Breaking BI: Azure Databricks: Hive (SQL) Database

Today, we're going to talk about the Hive Database in Azure Databricks. If you haven't read the previous posts in this series, Introduction, Cluster Creation, Notebooks and Databricks File System (DBFS), they may provide some useful context. You can find the files from this post in our GitHub Repository. Let's move on to the core of this post, Hive.

In the previous post, we looked at the way to store files, unstructured and semi-structured data in DBFS. Now, let's look at how to store structured data in a SQL format.

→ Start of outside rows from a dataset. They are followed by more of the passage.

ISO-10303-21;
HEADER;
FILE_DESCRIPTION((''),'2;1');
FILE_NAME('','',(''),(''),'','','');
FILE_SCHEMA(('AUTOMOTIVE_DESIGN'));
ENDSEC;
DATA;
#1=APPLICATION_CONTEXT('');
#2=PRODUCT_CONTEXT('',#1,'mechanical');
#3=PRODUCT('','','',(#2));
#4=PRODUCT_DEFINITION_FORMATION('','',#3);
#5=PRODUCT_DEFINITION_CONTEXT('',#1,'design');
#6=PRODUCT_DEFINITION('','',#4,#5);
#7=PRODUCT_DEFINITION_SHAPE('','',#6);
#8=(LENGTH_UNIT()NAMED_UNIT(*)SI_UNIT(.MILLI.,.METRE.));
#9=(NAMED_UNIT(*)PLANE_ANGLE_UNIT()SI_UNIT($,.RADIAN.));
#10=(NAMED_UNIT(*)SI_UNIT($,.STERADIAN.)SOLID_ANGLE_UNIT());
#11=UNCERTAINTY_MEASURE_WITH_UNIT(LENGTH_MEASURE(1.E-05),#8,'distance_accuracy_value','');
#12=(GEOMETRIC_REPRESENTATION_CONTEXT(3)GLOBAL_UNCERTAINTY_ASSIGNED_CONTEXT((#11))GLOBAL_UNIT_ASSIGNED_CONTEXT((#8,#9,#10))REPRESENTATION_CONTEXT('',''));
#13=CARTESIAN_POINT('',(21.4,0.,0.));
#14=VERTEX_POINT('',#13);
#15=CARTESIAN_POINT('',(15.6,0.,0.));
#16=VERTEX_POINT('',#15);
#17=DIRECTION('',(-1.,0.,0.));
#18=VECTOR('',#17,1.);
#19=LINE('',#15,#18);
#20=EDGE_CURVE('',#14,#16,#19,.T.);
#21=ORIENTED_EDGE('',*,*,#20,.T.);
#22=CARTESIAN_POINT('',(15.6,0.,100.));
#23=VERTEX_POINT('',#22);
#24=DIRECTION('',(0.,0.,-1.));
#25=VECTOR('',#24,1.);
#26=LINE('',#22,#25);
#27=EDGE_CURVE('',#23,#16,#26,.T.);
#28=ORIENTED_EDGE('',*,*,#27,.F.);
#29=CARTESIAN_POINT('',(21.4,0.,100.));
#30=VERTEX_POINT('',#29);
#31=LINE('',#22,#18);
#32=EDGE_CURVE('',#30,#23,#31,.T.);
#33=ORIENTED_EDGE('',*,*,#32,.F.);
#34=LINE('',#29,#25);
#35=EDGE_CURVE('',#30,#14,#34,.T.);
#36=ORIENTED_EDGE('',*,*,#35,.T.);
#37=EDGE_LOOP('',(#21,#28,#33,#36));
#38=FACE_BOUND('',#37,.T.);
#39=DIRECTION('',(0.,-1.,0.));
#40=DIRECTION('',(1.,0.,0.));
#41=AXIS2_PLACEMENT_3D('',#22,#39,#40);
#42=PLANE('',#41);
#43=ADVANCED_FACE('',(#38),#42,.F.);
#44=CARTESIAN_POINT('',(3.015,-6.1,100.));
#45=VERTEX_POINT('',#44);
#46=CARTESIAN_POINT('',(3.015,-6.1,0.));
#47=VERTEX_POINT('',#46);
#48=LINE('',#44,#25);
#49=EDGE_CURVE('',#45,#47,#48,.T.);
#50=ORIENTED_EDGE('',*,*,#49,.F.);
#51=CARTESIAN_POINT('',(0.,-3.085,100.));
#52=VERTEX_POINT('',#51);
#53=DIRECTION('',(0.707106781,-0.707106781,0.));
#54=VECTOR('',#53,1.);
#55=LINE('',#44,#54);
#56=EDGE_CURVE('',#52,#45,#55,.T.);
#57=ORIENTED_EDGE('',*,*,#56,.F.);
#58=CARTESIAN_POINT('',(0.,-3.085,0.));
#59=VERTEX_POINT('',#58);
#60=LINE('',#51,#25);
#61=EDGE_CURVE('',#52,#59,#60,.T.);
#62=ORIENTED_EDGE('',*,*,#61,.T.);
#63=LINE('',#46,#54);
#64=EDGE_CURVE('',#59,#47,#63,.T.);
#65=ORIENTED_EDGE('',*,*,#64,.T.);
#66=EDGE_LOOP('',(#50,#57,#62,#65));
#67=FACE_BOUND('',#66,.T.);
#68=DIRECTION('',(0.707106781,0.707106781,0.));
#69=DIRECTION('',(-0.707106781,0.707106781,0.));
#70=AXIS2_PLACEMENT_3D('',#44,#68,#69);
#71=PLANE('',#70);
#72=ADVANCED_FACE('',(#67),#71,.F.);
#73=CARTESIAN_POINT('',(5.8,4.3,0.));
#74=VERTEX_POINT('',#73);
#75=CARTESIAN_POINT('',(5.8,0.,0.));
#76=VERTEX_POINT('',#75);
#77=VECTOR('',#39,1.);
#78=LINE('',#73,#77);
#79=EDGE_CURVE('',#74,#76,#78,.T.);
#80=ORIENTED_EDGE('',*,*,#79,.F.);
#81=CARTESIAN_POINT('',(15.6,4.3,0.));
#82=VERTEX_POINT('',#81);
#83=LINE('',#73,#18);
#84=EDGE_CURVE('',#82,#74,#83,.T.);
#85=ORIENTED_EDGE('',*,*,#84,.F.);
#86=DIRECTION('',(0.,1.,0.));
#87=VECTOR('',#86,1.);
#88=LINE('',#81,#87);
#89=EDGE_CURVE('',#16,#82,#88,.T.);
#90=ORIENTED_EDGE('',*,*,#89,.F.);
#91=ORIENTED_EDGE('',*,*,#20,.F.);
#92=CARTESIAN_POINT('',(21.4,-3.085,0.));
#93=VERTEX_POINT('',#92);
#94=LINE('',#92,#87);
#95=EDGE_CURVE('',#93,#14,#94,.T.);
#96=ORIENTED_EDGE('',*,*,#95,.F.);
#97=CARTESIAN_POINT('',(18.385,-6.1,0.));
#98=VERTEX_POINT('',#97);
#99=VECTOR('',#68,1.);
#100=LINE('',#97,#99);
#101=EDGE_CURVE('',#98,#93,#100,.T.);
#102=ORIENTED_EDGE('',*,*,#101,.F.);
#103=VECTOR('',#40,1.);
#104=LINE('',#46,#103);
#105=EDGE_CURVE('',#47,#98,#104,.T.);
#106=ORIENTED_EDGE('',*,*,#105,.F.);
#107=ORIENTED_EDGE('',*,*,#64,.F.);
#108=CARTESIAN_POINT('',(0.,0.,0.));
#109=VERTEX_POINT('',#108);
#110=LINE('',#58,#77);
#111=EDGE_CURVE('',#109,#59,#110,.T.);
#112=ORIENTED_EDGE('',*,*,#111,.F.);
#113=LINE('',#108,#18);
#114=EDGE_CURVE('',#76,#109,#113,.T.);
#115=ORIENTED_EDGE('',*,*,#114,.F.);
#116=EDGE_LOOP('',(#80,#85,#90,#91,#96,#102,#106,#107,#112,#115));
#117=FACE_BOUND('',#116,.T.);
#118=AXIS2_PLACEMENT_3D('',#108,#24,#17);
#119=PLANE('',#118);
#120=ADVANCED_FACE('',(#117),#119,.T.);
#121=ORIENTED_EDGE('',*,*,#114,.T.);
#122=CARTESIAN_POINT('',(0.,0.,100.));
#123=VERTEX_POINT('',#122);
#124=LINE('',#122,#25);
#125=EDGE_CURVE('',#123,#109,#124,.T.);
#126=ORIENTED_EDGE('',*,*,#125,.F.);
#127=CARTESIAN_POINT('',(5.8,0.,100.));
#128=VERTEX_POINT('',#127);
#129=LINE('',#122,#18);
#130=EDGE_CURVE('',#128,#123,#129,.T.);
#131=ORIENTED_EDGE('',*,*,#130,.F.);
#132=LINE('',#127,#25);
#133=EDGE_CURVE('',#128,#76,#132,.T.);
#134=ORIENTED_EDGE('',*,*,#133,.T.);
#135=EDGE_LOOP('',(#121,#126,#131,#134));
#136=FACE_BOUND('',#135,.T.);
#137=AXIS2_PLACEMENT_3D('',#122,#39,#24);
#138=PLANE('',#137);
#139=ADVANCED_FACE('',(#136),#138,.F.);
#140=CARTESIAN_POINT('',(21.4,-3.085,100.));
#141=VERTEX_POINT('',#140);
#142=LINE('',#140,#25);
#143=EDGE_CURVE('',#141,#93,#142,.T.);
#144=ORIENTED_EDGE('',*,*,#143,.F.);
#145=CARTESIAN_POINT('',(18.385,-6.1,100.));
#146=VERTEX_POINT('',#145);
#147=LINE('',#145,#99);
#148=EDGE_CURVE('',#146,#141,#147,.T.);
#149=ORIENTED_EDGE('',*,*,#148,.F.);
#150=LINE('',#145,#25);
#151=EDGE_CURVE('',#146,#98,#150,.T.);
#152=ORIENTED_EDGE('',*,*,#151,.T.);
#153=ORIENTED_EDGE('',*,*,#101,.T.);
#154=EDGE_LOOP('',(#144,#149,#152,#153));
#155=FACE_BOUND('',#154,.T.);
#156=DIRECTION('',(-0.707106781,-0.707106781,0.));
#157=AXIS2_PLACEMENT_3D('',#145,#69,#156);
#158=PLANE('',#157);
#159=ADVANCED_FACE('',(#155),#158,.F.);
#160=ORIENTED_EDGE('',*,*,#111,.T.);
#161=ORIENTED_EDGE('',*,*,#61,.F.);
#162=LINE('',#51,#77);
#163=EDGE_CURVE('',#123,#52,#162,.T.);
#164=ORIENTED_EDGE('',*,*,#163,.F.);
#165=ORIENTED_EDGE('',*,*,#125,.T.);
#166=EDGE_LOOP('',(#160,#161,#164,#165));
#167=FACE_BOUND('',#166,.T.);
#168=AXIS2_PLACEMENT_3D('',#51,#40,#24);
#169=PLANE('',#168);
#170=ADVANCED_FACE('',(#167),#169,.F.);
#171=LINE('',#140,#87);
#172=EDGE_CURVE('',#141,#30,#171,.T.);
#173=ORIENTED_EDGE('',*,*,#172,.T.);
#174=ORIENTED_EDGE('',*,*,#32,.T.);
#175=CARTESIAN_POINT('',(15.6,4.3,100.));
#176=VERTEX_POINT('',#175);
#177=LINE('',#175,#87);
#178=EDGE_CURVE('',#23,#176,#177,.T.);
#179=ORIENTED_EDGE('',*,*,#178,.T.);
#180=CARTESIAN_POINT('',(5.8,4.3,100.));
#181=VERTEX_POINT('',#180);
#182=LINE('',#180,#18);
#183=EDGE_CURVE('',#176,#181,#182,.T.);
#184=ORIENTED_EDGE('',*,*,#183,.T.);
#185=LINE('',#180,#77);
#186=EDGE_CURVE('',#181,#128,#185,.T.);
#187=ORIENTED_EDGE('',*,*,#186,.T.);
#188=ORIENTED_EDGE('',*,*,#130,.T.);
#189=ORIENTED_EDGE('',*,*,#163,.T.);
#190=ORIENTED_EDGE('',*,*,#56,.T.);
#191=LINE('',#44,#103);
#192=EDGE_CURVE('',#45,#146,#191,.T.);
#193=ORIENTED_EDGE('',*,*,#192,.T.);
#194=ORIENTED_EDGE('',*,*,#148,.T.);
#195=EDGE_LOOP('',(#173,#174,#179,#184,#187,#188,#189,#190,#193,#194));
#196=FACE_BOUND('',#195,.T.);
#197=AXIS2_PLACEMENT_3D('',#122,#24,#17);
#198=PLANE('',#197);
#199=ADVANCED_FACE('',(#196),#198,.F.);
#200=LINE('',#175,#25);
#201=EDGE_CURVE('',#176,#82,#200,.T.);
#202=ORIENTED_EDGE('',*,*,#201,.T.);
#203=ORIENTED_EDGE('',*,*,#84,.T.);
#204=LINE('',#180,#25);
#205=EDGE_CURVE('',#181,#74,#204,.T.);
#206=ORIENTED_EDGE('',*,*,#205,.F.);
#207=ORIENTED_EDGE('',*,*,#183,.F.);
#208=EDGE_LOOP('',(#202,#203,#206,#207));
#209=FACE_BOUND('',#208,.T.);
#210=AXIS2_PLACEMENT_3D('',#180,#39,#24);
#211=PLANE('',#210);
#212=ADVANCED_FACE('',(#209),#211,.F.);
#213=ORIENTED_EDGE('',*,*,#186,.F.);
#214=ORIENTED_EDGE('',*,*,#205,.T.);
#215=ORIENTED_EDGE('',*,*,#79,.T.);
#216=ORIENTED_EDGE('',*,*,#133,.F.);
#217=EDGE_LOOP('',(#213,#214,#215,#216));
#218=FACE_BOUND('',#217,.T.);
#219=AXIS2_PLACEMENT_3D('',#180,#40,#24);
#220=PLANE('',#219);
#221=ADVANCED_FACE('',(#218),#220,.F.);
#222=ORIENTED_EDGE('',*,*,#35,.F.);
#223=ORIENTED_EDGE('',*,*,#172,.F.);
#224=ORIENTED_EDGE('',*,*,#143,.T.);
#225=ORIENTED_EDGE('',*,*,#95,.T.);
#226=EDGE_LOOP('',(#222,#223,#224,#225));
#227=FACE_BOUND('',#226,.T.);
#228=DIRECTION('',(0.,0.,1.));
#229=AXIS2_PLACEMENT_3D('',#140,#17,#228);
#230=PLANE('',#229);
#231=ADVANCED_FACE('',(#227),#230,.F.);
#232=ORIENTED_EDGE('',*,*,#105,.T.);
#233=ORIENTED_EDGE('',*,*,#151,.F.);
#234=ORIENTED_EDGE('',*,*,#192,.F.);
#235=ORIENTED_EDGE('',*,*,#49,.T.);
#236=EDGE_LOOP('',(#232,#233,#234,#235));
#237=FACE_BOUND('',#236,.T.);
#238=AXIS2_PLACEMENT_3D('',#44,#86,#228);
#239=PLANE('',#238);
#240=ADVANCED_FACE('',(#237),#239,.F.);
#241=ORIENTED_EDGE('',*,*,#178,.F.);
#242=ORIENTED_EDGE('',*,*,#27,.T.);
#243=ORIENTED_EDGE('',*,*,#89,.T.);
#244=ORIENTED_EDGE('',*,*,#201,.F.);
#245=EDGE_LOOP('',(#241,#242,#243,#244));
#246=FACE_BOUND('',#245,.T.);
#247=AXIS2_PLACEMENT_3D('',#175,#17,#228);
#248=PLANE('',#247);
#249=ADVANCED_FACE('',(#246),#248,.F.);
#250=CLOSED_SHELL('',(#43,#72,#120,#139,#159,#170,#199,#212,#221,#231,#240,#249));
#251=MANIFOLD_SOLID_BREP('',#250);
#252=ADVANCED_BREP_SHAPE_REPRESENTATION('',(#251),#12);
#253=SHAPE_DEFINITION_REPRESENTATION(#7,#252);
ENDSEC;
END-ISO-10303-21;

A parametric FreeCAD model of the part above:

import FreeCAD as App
import Part
import Sketcher
Q = App.Units.Quantity

doc = App.newDocument("Part")
params = doc.addObject("Spreadsheet::Sheet", "Params")
for row, (alias, value) in enumerate([
    ("sketch1_width", "9.8 mm"),
    ("sketch1_width2", "5.8 mm"),
    ("sketch1_height", "4.3 mm"),
    ("sketch1_width3", "15.37 mm"),
    ("pad1_length", "100 mm"),
], start=1):
    params.set(f"A{row}", alias)
    params.set(f"B{row}", "=" + value)
    params.setAlias(f"B{row}", alias)

body = doc.addObject("PartDesign::Body", "Body")

# Sketch on XY plane
sketch1 = doc.addObject("Sketcher::SketchObject", "Sketch")
body.addObject(sketch1)
sketch1.AttachmentSupport = (doc.XY_Plane, [""])
sketch1.MapMode = "FlatFace"
sketch1.addGeometry([
    Part.LineSegment(App.Vector(15.6, 0, 0), App.Vector(15.6, 4.3, 0)),  # 0
    Part.LineSegment(App.Vector(15.6, 4.3, 0), App.Vector(5.8, 4.3, 0)),  # 1
    Part.LineSegment(App.Vector(5.8, 4.3, 0), App.Vector(5.8, 0, 0)),  # 2
    Part.LineSegment(App.Vector(5.8, 0, 0), App.Vector(0, 0, 0)),  # 3
    Part.LineSegment(App.Vector(0, 0, 0), App.Vector(0, -3.1, 0)),  # 4
    Part.LineSegment(App.Vector(0, -3.1, 0), App.Vector(3, -6.1, 0)),  # 5
    Part.LineSegment(App.Vector(3, -6.1, 0), App.Vector(18.4, -6.1, 0)),  # 6
    Part.LineSegment(App.Vector(18.4, -6.1, 0), App.Vector(21.4, -3.1, 0)),  # 7
    Part.LineSegment(App.Vector(21.4, -3.1, 0), App.Vector(21.4, 0, 0)),  # 8
    Part.LineSegment(App.Vector(21.4, 0, 0), App.Vector(15.6, 0, 0)),  # 9
], False)
sketch1.addConstraint([
    Sketcher.Constraint("Coincident", 0, 2, 1, 1),
    Sketcher.Constraint("Coincident", 1, 2, 2, 1),
    Sketcher.Constraint("Coincident", 2, 2, 3, 1),
    Sketcher.Constraint("Coincident", 3, 2, 4, 1),
    Sketcher.Constraint("Coincident", 4, 2, 5, 1),
    Sketcher.Constraint("Coincident", 5, 2, 6, 1),
    Sketcher.Constraint("Coincident", 6, 2, 7, 1),
    Sketcher.Constraint("Coincident", 7, 2, 8, 1),
    Sketcher.Constraint("Coincident", 8, 2, 9, 1),
    Sketcher.Constraint("Coincident", 9, 2, 0, 1),
    Sketcher.Constraint("Vertical", 0),
    Sketcher.Constraint("Horizontal", 1),
    Sketcher.Constraint("Vertical", 2),
    Sketcher.Constraint("Horizontal", 3),
    Sketcher.Constraint("Vertical", 4),
    Sketcher.Constraint("Horizontal", 6),
    Sketcher.Constraint("Vertical", 8),
    Sketcher.Constraint("Horizontal", 9),
    Sketcher.Constraint("Coincident", 3, 2, -1, 1),
    Sketcher.Constraint("PointOnObject", 8, 2, -1),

Each Databricks Workspace comes with a Hive Metastore automatically included. This provides us the ability to create Databases and Tables across any of the associated clusters and notebooks. Let's start by creating and populating a simple table using SQL.

Simple Table from SQL

<CODE START>

%sql

DROP TABLE IF EXISTS Samp;

CREATE TABLE Samp AS
SELECT 1 AS Col
UNION ALL
SELECT 2 AS Col;

SELECT * FROM Samp

<CODE END>

We see that there was no configuration necessary to be able to create a SQL table in the Notebook. Now that this table is created, we can query it from a different notebook connected to a different cluster, as long as they are within the same Workspace.

Different Notebook and Cluster

<CODE START>

%sql

SELECT * FROM Samp

<CODE END>

We're not just limited to creating tables using SQL. We can also create tables using Python, R and Scala as well.

Simple Table from Python

<CODE START>

%python

from pyspark.sql import Row

pysamp = spark.createDataFrame([Row(Col=1),Row(Col=2)])

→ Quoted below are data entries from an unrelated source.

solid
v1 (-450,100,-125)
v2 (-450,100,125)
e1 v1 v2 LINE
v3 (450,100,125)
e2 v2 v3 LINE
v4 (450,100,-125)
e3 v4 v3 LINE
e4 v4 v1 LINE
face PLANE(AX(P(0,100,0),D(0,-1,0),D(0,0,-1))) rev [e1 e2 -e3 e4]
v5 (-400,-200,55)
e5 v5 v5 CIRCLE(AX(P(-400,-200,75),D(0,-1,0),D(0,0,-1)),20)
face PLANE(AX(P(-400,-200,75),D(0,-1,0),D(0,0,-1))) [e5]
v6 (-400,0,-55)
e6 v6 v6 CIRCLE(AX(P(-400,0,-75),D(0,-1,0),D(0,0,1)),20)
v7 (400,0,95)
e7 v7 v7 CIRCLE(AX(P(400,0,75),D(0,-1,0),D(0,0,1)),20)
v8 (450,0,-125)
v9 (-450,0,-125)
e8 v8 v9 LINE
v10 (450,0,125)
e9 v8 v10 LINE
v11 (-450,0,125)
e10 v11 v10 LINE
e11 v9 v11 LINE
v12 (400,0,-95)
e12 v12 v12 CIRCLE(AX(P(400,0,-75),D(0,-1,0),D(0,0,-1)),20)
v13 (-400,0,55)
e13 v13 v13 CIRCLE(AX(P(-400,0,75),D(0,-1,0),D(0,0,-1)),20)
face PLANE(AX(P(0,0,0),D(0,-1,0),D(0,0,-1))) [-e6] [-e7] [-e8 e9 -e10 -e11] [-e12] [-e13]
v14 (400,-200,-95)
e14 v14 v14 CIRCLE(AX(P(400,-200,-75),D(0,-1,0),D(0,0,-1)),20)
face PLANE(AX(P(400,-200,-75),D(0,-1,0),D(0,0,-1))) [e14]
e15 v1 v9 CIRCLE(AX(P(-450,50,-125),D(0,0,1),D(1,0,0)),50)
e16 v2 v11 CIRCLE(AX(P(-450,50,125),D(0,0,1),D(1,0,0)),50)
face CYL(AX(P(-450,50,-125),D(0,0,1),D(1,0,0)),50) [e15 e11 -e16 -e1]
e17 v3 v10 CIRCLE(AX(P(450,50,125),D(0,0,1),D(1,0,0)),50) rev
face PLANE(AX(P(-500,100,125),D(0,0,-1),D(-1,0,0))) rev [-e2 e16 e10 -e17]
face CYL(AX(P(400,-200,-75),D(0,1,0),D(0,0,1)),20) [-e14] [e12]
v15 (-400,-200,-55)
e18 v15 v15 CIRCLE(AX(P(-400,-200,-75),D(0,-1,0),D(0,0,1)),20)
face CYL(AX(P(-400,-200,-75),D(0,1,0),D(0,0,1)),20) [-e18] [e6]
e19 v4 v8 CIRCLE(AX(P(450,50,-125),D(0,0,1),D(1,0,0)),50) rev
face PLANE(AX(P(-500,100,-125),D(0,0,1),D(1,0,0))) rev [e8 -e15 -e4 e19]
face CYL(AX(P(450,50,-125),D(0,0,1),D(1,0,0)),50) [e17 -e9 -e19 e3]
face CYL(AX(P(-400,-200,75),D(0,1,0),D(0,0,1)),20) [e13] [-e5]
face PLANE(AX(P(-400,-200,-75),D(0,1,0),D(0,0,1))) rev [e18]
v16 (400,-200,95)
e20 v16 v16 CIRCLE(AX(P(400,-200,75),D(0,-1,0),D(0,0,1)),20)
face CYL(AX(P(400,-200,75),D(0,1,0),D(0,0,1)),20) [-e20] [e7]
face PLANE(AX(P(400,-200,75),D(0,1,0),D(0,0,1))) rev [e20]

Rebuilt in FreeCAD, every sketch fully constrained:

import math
import FreeCAD as App
import Part
import Sketcher

V = App.Vector
Q = App.Units.Quantity


def add_polygon(sketch, points):
    """Adds a closed chain of lines whose ends are joined by coincident constraints."""
    first, n = sketch.GeometryCount, len(points)
    for a, b in zip(points, points[1:] + points[:1]):
        sketch.addGeometry(Part.LineSegment(App.Vector(*a, 0), App.Vector(*b, 0)), False)
    for i in range(n):
        sketch.addConstraint(Sketcher.Constraint("Coincident", first + i, 2, first + (i + 1) % n, 1))

doc = App.newDocument("Part")
params = doc.addObject("Spreadsheet::Sheet", "Params")
for row, (alias, value) in enumerate([
    ("sketch1_width", "1000 mm"),
    ("sketch1_height", "250 mm"),
    ("pad1_length", "100 mm"),
    ("sketch2_radius", "50 mm"),
    ("sketch3_diameter", "40 mm"),
    ("pad2_length", "200 mm"),
], start=1):
    params.set(f"A{row}", alias)
    params.set(f"B{row}", "=" + value)
    params.setAlias(f"B{row}", alias)

body = doc.addObject("PartDesign::Body", "Body")

sketch1 = body.newObject("Sketcher::SketchObject", "Sketch")
sketch1.AttachmentSupport = (doc.getObject("XZ_Plane"), [""])
sketch1.MapMode = "FlatFace"
add_polygon(sketch1, [(-500, -125), (-500, 125), (500, 125), (500, -125)])
sketch1.addConstraint([
    Sketcher.Constraint("Vertical", 0),
    Sketcher.Constraint("Horizontal", 1),
    Sketcher.Constraint("Vertical", 2),
    Sketcher.Constraint("Horizontal", 3),
    Sketcher.Constraint("Symmetric", 0, 2, 2, 2, -1, 1),
    Sketcher.Constraint("DistanceX", 1, 1, 1, 2, Q("1000 mm")),
    Sketcher.Constraint("DistanceY", 0, 1, 0, 2, Q("250 mm")),
])
sketch1.setExpression("Constraints[9]", "Params.sketch1_width")
sketch1.setExpression("Constraints[10]", "Params.sketch1_height")
pad1 = body.newObject("PartDesign::Pad", "Pad")
pad1.Profile = sketch1
pad1.setExpression("Length", "Params.pad1_length")
pad1.Reversed = True

sketch2 = body.newObject("Sketcher::SketchObject", "Sketch001")
sketch2.AttachmentSupport = (doc.getObject("XY_Plane"), [""])
sketch2.MapMode = "FlatFace"
sketch2.AttachmentOffset = App.Placement(V(0, 0, 125), App.Rotation())
sketch2.addGeometry([
    Part.ArcOfCircle(Part.Circle(V(-450, 50, 0), V(0, 0, 1), 50), math.radians(90), math.radians(180)),
    Part.LineSegment(V(-450, 100, 0), V(-500, 100, 0)),
    Part.LineSegment(V(-500, 100, 0), V(-500, 50, 0)),
    Part.ArcOfCircle(Part.Circle(V(-450, 50, 0), V(0, 0, 1), 50), math.radians(-180), math.radians(-90)),
    Part.LineSegment(V(-500, 50, 0), V(-500, 0, 0)),
    Part.LineSegment(V(-500, 0, 0), V(-450, 0, 0)),
    Part.LineSegment(V(500, 100, 0), V(450, 100, 0)),
    Part.ArcOfCircle(Part.Circle(V(450, 50, 0), V(0, 0, 1), 50), math.radians(0), math.radians(90)),
    Part.LineSegment(V(500, 50, 0), V(500, 100, 0)),
    Part.LineSegment(V(500, 0, 0), V(500, 50, 0)),
    Part.ArcOfCircle(Part.Circle(V(450, 50, 0), V(0, 0, 1), 50), math.radians(-90), math.radians(0)),
    Part.LineSegment(V(450, 0, 0), V(500, 0, 0)),
], False)
sketch2.addConstraint([
    Sketcher.Constraint("Tangent", 0, 1, 1, 1),
    Sketcher.Constraint("Coincident", 1, 2, 2, 1),
    Sketcher.Constraint("Tangent", 2, 2, 0, 2),
    Sketcher.Constraint("Tangent", 3, 1, 4, 1),
    Sketcher.Constraint("Coincident", 4, 2, 5, 1),
    Sketcher.Constraint("Tangent", 5, 2, 3, 2),
    Sketcher.Constraint("Tangent", 6, 2, 7, 2),
    Sketcher.Constraint("Tangent", 7, 1, 8, 1),
    Sketcher.Constraint("Coincident", 8, 2, 6, 1),
    Sketcher.Constraint("Tangent", 9, 2, 10, 2),
    Sketcher.Constraint("Tangent", 10, 1, 11, 1),
    Sketcher.Constraint("Coincident", 11, 2, 9, 1),
    Sketcher.Constraint("Horizontal", 1),
    Sketcher.Constraint("Vertical", 2),
    Sketcher.Constraint("Vertical", 4),
    Sketcher.Constraint("Horizontal", 5),
    Sketcher.Constraint("Horizontal", 6),
    Sketcher.Constraint("Vertical", 8),
    Sketcher.Constraint("Vertical", 9),
    Sketcher.Constraint("Horizontal", 11),
    Sketcher.Constraint("Coincident", 3, 3, 0, 3),
    Sketcher.Constraint("Coincident", 10, 3, 7, 3),
    Sketcher.Constraint("Equal", 0, 3),
    Sketcher.Constraint("Equal", 3, 7),
    Sketcher.Constraint("Equal", 7, 10),
    Sketcher.Constraint("Symmetric", 5, 2, 10, 1, -1, 1),
    Sketcher.Constraint("PointOnObject", 4, 2, -1),
    Sketcher.Constraint("Radius", 0, Q("50 mm")),
    Sketcher.Constraint("DistanceX", 0, 3, -1, 1, Q("450 mm")),
])
sketch2.setExpression("Constraints[27]", "Params.sketch2_radius")
pocket1 = body.newObject("PartDesign::Pocket", "Pocket")
pocket1.Profile = sketch2
pocket1.Type = "ThroughAll"

sketch3 = body.newObject("Sketcher::SketchObject", "Sketch002")
sketch3.AttachmentSupport = (doc.getObject("XZ_Plane"), [""])
sketch3.MapMode = "FlatFace"
sketch3.addGeometry([
    Part.Circle(V(-400, 75, 0), V(0, 0, 1), 20),
    Part.Circle(V(400, 75, 0), V(0, 0, 1), 20),
    Part.Circle(V(400, -75, 0), V(0, 0, 1), 20),
    Part.Circle(V(-400, -75, 0), V(0, 0, 1), 20),
], False)
sketch3.addConstraint([
    Sketcher.Constraint("Equal", 0, 1),
    Sketcher.Constraint("Equal", 1, 2),
    Sketcher.Constraint("Equal", 2, 3),
    Sketcher.Constraint("Symmetric", 0, 3, 2, 3, -1, 1),
    Sketcher.Constraint("Symmetric", 1, 3, 3, 3, -1, 1),
    Sketcher.Constraint("Symmetric", 0, 3, 1, 3, -2),
    Sketcher.Constraint("Diameter", 0, Q("40 mm")),
    Sketcher.Constraint("DistanceX", 0, 3, -1, 1, Q("400 mm")),
    Sketcher.Constraint("DistanceY", -1, 1, 0, 3, Q("75 mm")),
])
sketch3.setExpression("Constraints[6]", "Params.sketch3_diameter")
pad2 = body.newObject("PartDesign::Pad", "Pad001")
pad2.Profile = sketch3
pad2.setExpression("Length", "Params.pad2_length")

doc.recompute()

pysamp.write.saveAsTable('PySamp')

<CODE END>

<CODE START>

%sql

SELECT * FROM PySamp

<CODE END>

Simple Table from R

<CODE START>

%r

library(SparkR)

rsamp <- createDataFrame(data.frame(Col = c(1,2)))
registerTempTable(rsamp, "RSampT")
s = sql("CREATE TABLE RSamp AS SELECT * FROM RSampT")

dropTempTable("RSampT")

<CODE END>

<CODE START>

%sql

SELECT * FROM RSamp

<CODE END>

Simple Table from Scala

<CODE START>

%scala

case class samp(Col: Int)
val samp1 = samp(1)
val samp2 = samp(2)
val scalasamp = Seq(samp1, samp2).toDF()

scalasamp.write.saveAsTable("ScalaSamp")

<CODE END>

<CODE START>

%sql

SELECT * FROM ScalaSamp

<CODE END>

Each of these three languages has a different way of creating Spark Data Frames. Once the Data Frames are created, Python and Scala both support the .write.saveAsTable() functionality to create a SQL table directly. However, R requires us to create a Temporary Table first using the registerTempTable() function, then use that to create a Persisted Table via the sql() function. This is a great segue into the next topic, Temporary Tables.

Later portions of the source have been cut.